-- Opening Marker --
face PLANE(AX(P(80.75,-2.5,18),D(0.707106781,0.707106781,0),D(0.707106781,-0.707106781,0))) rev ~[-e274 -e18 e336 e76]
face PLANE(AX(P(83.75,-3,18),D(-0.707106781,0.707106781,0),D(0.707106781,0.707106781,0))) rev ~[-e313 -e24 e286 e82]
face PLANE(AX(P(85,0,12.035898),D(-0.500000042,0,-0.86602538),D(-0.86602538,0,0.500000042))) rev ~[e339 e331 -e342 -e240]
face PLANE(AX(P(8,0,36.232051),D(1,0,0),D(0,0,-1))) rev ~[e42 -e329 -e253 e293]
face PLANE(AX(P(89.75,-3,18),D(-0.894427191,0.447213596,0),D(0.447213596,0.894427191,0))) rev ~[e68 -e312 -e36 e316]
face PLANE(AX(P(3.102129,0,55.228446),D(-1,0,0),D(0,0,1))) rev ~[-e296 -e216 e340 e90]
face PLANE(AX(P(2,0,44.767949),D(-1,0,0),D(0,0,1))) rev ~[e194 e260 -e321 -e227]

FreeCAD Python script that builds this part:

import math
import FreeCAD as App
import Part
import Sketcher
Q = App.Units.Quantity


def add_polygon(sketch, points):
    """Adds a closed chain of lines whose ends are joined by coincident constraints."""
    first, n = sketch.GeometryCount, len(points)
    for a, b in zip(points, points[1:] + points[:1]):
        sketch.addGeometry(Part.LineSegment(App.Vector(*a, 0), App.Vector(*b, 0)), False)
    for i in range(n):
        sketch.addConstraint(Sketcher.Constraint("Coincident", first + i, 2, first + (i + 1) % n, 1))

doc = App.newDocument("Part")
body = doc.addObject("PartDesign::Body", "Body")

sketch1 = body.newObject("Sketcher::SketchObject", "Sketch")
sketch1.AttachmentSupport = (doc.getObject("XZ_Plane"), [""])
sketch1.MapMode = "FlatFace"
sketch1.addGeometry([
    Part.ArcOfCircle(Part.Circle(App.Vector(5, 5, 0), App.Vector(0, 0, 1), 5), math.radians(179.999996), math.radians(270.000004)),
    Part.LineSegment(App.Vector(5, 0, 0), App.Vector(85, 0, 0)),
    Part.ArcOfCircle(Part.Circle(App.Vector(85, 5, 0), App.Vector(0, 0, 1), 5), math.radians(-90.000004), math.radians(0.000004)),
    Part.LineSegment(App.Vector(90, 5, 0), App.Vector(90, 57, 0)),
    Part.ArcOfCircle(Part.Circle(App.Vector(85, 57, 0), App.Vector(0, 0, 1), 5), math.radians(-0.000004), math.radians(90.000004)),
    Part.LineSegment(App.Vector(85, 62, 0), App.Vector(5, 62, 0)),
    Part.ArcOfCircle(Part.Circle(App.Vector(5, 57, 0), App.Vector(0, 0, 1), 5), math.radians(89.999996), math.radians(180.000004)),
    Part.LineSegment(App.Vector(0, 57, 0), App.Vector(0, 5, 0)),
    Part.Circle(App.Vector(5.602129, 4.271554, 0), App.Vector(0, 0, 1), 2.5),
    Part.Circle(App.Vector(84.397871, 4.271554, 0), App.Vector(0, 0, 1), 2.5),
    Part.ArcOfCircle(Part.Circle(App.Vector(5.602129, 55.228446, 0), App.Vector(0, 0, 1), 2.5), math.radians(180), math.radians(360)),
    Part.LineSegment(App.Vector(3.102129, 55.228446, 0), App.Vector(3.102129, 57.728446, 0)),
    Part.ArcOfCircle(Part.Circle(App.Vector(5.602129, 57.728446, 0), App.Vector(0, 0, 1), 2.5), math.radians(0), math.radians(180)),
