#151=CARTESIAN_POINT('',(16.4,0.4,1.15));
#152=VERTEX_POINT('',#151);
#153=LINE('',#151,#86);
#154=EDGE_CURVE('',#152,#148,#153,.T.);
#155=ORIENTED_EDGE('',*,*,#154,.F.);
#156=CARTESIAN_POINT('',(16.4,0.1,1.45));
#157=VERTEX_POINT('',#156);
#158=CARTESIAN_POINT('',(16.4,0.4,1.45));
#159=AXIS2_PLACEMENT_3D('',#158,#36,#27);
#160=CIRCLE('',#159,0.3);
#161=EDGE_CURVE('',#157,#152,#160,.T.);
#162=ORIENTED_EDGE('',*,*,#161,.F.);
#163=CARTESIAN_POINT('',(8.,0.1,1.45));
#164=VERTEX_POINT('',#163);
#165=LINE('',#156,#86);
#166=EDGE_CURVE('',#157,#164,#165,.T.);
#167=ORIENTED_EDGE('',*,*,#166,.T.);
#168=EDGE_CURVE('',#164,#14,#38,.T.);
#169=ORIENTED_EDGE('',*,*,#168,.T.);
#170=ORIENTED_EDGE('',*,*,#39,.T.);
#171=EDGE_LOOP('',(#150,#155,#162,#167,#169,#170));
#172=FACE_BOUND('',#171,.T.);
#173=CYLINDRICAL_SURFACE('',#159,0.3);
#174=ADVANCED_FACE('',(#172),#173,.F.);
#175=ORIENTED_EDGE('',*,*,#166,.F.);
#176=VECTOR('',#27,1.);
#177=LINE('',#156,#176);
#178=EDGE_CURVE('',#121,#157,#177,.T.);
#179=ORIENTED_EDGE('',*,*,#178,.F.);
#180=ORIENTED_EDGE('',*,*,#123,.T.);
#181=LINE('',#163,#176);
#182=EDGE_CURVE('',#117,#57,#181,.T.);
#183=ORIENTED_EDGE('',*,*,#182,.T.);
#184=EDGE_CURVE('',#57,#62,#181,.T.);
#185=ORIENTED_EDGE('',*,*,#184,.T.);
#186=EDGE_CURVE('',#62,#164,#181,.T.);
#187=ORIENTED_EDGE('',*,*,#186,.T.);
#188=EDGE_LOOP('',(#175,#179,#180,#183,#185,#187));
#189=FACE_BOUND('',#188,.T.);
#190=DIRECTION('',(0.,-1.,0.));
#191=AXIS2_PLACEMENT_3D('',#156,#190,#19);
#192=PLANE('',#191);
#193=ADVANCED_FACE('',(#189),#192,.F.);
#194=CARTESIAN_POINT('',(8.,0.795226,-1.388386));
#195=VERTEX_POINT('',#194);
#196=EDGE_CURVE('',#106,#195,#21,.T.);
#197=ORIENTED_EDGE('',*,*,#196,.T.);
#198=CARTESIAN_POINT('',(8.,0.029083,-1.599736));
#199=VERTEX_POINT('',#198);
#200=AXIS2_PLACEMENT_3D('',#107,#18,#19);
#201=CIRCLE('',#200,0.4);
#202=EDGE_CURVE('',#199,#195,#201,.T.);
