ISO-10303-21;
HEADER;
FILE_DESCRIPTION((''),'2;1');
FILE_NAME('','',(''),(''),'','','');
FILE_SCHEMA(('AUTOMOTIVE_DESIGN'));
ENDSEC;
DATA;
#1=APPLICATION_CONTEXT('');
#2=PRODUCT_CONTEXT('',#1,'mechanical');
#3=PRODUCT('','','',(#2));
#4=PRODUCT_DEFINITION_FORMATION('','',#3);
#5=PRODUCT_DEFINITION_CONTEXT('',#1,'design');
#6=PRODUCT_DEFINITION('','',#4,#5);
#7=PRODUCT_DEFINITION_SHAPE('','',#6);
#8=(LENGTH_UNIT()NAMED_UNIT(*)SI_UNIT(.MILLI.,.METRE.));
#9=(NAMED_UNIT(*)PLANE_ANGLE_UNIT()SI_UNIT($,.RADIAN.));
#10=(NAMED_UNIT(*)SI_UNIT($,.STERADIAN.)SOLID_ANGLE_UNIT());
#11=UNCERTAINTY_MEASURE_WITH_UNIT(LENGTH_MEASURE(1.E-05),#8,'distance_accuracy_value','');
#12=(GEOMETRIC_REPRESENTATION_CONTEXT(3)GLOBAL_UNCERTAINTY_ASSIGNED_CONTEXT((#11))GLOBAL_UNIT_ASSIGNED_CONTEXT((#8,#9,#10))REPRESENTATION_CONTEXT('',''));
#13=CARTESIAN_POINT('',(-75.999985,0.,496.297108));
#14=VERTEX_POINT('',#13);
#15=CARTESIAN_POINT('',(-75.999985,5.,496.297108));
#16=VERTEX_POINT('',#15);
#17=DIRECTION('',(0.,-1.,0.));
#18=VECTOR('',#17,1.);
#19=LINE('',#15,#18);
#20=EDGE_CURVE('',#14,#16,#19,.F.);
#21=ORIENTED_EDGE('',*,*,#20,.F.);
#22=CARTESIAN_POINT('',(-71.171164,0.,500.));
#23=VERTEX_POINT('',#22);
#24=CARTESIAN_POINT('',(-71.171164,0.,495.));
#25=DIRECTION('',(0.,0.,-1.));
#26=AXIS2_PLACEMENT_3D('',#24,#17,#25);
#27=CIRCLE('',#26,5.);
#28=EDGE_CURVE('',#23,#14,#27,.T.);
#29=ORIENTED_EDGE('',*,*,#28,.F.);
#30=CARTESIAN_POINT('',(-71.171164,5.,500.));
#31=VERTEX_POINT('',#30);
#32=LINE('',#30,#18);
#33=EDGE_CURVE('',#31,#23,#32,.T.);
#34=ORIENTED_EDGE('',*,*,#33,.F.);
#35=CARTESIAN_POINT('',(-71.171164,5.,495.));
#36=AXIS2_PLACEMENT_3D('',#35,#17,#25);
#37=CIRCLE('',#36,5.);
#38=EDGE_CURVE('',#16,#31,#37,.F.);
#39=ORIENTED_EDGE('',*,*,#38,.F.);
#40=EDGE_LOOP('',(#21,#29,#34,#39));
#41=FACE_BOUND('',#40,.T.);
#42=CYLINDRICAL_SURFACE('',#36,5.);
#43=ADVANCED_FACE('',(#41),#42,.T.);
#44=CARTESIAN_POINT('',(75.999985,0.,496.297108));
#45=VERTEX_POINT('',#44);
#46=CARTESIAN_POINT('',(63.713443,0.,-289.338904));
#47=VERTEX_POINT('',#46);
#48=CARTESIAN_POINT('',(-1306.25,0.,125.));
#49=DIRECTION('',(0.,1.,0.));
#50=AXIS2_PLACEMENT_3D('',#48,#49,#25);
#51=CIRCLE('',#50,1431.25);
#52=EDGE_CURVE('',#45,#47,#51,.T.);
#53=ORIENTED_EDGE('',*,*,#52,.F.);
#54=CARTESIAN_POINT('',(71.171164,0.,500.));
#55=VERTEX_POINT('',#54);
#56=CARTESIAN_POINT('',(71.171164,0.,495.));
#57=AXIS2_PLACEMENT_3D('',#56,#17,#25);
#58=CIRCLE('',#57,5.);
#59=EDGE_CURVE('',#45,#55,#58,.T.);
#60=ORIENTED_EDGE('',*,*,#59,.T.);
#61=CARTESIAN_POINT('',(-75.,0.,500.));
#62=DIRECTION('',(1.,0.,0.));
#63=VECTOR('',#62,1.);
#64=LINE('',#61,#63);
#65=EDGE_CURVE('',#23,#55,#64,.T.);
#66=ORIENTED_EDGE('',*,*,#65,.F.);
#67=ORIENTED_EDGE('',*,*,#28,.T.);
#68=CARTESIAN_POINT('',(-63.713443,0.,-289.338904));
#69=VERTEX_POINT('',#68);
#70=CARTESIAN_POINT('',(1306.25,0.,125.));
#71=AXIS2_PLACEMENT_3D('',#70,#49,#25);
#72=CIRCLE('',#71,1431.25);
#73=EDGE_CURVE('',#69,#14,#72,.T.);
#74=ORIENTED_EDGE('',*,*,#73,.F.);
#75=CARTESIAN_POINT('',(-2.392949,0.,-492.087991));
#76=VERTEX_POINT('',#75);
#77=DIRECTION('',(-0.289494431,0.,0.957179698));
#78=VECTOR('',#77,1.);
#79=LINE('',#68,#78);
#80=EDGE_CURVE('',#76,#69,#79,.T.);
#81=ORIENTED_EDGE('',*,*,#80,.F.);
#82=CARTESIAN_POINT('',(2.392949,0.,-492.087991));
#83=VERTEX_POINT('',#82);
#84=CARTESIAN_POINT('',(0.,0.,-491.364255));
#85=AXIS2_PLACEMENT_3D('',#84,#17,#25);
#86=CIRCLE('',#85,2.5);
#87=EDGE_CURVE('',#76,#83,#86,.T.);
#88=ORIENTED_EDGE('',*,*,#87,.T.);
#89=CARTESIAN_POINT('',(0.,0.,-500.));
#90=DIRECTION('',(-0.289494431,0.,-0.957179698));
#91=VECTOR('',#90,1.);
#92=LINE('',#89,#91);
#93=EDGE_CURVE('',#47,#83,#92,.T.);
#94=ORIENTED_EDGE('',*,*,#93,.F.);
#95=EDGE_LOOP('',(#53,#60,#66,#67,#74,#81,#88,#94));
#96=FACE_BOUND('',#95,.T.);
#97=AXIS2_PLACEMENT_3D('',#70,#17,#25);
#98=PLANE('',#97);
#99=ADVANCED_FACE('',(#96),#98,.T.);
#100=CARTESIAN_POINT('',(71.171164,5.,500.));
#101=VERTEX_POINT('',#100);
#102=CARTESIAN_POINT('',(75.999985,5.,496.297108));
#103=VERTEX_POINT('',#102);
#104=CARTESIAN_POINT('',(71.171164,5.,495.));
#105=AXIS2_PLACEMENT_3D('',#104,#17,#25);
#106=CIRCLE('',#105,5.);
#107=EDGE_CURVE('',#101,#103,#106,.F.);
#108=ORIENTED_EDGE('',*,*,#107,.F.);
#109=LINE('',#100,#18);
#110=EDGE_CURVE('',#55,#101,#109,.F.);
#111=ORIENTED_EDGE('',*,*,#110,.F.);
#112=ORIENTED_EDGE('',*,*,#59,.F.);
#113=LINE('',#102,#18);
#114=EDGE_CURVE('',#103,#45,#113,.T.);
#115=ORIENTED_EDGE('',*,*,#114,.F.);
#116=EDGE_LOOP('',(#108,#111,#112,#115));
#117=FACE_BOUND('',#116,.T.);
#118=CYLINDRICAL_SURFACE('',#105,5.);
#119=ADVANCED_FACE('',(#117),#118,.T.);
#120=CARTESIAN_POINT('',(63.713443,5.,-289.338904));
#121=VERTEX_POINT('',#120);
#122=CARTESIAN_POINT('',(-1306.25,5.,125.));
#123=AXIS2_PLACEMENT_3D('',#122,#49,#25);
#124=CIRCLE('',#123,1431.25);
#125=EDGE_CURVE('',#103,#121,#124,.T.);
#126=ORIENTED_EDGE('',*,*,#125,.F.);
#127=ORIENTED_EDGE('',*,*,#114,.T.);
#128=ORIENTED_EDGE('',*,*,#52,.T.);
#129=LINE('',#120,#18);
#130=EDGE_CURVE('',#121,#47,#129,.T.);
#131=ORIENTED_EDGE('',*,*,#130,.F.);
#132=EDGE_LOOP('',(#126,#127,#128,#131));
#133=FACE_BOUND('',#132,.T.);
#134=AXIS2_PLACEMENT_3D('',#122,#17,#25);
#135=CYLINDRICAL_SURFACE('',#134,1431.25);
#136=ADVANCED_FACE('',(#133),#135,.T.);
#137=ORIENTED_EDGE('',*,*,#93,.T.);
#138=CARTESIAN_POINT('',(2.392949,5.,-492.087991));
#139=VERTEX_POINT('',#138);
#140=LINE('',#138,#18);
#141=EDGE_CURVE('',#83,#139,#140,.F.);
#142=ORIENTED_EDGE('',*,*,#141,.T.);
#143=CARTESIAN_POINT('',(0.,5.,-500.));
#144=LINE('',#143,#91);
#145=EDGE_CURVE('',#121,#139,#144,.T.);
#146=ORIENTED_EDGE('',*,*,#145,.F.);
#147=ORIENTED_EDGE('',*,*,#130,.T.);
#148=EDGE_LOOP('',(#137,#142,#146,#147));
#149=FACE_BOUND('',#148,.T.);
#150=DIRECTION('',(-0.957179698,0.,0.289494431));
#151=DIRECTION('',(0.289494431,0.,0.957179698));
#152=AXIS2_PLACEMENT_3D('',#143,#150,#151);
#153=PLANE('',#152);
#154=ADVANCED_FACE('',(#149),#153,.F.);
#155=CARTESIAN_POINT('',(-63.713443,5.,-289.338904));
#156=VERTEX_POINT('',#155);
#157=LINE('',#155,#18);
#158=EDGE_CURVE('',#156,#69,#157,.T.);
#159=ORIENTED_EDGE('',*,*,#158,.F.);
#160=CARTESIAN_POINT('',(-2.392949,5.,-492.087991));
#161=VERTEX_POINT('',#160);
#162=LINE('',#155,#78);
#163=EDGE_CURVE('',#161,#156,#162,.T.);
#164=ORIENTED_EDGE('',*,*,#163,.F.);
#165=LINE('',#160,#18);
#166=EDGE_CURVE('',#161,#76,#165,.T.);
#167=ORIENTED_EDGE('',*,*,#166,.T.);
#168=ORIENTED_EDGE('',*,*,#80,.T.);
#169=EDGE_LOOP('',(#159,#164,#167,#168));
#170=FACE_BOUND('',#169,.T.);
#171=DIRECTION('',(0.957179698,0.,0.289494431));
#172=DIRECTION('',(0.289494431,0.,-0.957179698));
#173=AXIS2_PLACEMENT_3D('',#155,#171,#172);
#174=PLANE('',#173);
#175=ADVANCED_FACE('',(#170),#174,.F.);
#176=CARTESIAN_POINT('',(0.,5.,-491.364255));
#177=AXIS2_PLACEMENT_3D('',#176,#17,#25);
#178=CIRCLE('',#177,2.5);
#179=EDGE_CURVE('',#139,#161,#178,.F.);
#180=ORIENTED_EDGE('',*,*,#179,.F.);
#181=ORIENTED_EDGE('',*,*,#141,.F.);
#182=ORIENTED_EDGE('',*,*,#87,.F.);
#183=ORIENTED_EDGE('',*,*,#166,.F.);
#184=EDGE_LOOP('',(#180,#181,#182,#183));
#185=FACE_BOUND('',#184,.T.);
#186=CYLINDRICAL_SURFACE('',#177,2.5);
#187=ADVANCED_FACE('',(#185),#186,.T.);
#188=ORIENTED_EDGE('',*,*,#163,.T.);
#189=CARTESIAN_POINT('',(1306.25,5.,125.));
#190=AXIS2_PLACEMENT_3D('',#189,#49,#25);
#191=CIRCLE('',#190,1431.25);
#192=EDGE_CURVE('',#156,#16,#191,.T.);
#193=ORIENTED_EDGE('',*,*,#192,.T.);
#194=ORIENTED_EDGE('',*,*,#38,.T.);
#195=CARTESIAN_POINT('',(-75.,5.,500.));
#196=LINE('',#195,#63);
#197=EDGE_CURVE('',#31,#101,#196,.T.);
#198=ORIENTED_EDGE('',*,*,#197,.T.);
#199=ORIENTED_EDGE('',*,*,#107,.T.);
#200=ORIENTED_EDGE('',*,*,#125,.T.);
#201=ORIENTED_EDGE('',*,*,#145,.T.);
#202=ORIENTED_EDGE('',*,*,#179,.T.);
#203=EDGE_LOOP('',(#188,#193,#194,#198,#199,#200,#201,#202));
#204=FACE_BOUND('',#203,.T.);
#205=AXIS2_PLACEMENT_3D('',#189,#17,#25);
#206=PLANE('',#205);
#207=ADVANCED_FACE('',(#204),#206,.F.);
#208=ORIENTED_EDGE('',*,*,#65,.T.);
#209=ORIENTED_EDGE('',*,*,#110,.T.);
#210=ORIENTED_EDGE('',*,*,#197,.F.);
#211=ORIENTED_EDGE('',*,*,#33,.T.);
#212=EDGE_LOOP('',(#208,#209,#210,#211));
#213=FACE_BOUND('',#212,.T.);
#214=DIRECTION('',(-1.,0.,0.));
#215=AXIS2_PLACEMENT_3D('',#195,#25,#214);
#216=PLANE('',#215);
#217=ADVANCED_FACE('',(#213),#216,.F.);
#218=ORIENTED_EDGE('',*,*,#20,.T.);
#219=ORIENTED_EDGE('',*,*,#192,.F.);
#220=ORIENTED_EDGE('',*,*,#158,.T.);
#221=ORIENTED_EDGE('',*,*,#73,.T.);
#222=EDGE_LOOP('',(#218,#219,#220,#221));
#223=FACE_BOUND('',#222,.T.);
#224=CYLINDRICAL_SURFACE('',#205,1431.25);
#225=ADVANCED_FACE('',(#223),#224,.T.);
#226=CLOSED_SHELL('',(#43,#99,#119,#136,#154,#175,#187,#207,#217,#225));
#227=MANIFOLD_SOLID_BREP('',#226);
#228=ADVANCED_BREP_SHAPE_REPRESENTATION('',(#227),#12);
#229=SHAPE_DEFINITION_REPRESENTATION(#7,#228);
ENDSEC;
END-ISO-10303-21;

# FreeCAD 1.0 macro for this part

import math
import FreeCAD as App
import Part
import Sketcher


def edges_at(feature, points):
    """Names of the edges that pass closest to the given points."""
    edges = feature.Shape.Edges
    near = lambda p: min(range(len(edges)), key=lambda i: edges[i].distToShape(Part.Vertex(*p))[0])
    return sorted({f"Edge{near(p) + 1}" for p in points})

doc = App.newDocument("Part")
body = doc.addObject("PartDesign::Body", "Body")

sketch1 = body.newObject("Sketcher::SketchObject", "Sketch")
sketch1.AttachmentSupport = (doc.getObject("XZ_Plane"), [""])
sketch1.MapMode = "FlatFace"
sketch1.addGeometry([
    Part.LineSegment(App.Vector(-75, 500, 0), App.Vector(75, 500, 0)),
    Part.ArcOfCircle(Part.Circle(App.Vector(-1306, 125, 0), App.Vector(0, 0, 1), 1431), math.radians(-17), math.radians(15)),
    Part.LineSegment(App.Vector(64, -289, 0), App.Vector(0, -500, 0)),
    Part.LineSegment(App.Vector(0, -500, 0), App.Vector(-64, -289, 0)),
    Part.ArcOfCircle(Part.Circle(App.Vector(1306, 125, 0), App.Vector(0, 0, 1), 1431), math.radians(165), math.radians(197)),
], False)
sketch1.addConstraint([
    Sketcher.Constraint("Coincident", 0, 2, 1, 2),
    Sketcher.Constraint("Tangent", 1, 1, 2, 1),
    Sketcher.Constraint("Coincident", 2, 2, 3, 1),
    Sketcher.Constraint("Tangent", 3, 2, 4, 2),
    Sketcher.Constraint("Coincident", 4, 1, 0, 1),
    Sketcher.Constraint("Horizontal", 0),
    Sketcher.Constraint("Equal", 1, 4),
    Sketcher.Constraint("Symmetric", 1, 3, 4, 3, -2),
    Sketcher.Constraint("PointOnObject", 2, 2, -2),
    Sketcher.Constraint("DistanceX", 0, 1, 0, 2, 150.0),
    Sketcher.Constraint("Radius", 1, 1431.25),
    Sketcher.Constraint("DistanceY", -1, 1, 1, 3, 125.0),
    Sketcher.Constraint("DistanceY", -1, 1, 0, 2, 500.0),
    Sketcher.Constraint("DistanceY", 2, 2, -1, 1, 500.0),
])
pad1 = body.newObject("PartDesign::Pad", "Pad")
pad1.Profile = sketch1
pad1.Length = 5
pad1.Reversed = True
doc.recompute()

fillet = body.newObject("PartDesign::Fillet", "Fillet")
fillet.Base = (pad1, edges_at(pad1, [(75, 2.5, 500), (-75, 2.5, 500)]))
fillet.Radius = 5
doc.recompute()

fillet2 = body.newObject("PartDesign::Fillet", "Fillet001")
fillet2.Base = (fillet, edges_at(fillet, [(0, 2.5, -500)]))
fillet2.Radius = 2.5

doc.recompute()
-- Closing Marker --
* **Exercise requirements**: Look back at the data above. Transcribe exactly the lines starting at the line that contains "#169=EDGE_LOOP('',(#159,#164,#167,#168));" and ending at the line that contains "#228=ADVANCED_BREP_SHAPE_REPRESENTATION('',(#227),#12);".

* **Task solution**:
#169=EDGE_LOOP('',(#159,#164,#167,#168));
#170=FACE_BOUND('',#169,.T.);
#171=DIRECTION('',(0.957179698,0.,0.289494431));
#172=DIRECTION('',(0.289494431,0.,-0.957179698));
#173=AXIS2_PLACEMENT_3D('',#155,#171,#172);
#174=PLANE('',#173);
#175=ADVANCED_FACE('',(#170),#174,.F.);
#176=CARTESIAN_POINT('',(0.,5.,-491.364255));
#177=AXIS2_PLACEMENT_3D('',#176,#17,#25);
#178=CIRCLE('',#177,2.5);
#179=EDGE_CURVE('',#139,#161,#178,.F.);
#180=ORIENTED_EDGE('',*,*,#179,.F.);
#181=ORIENTED_EDGE('',*,*,#141,.F.);
#182=ORIENTED_EDGE('',*,*,#87,.F.);
#183=ORIENTED_EDGE('',*,*,#166,.F.);
#184=EDGE_LOOP('',(#180,#181,#182,#183));
#185=FACE_BOUND('',#184,.T.);
#186=CYLINDRICAL_SURFACE('',#177,2.5);
#187=ADVANCED_FACE('',(#185),#186,.T.);
#188=ORIENTED_EDGE('',*,*,#163,.T.);
#189=CARTESIAN_POINT('',(1306.25,5.,125.));
#190=AXIS2_PLACEMENT_3D('',#189,#49,#25);
#191=CIRCLE('',#190,1431.25);
#192=EDGE_CURVE('',#156,#16,#191,.T.);
#193=ORIENTED_EDGE('',*,*,#192,.T.);
#194=ORIENTED_EDGE('',*,*,#38,.T.);
#195=CARTESIAN_POINT('',(-75.,5.,500.));
#196=LINE('',#195,#63);
#197=EDGE_CURVE('',#31,#101,#196,.T.);
#198=ORIENTED_EDGE('',*,*,#197,.T.);
#199=ORIENTED_EDGE('',*,*,#107,.T.);
#200=ORIENTED_EDGE('',*,*,#125,.T.);
#201=ORIENTED_EDGE('',*,*,#145,.T.);
#202=ORIENTED_EDGE('',*,*,#179,.T.);
#203=EDGE_LOOP('',(#188,#193,#194,#198,#199,#200,#201,#202));
#204=FACE_BOUND('',#203,.T.);
#205=AXIS2_PLACEMENT_3D('',#189,#17,#25);
#206=PLANE('',#205);
#207=ADVANCED_FACE('',(#204),#206,.F.);
#208=ORIENTED_EDGE('',*,*,#65,.T.);
#209=ORIENTED_EDGE('',*,*,#110,.T.);
#210=ORIENTED_EDGE('',*,*,#197,.F.);
#211=ORIENTED_EDGE('',*,*,#33,.T.);
#212=EDGE_LOOP('',(#208,#209,#210,#211));
#213=FACE_BOUND('',#212,.T.);
#214=DIRECTION('',(-1.,0.,0.));
#215=AXIS2_PLACEMENT_3D('',#195,#25,#214);
#216=PLANE('',#215);
#217=ADVANCED_FACE('',(#213),#216,.F.);
#218=ORIENTED_EDGE('',*,*,#20,.T.);
#219=ORIENTED_EDGE('',*,*,#192,.F.);
#220=ORIENTED_EDGE('',*,*,#158,.T.);
#221=ORIENTED_EDGE('',*,*,#73,.T.);
#222=EDGE_LOOP('',(#218,#219,#220,#221));
#223=FACE_BOUND('',#222,.T.);
#224=CYLINDRICAL_SURFACE('',#205,1431.25);
#225=ADVANCED_FACE('',(#223),#224,.T.);
#226=CLOSED_SHELL('',(#43,#99,#119,#136,#154,#175,#187,#207,#217,#225));
#227=MANIFOLD_SOLID_BREP('',#226);
#228=ADVANCED_BREP_SHAPE_REPRESENTATION('',(#227),#12);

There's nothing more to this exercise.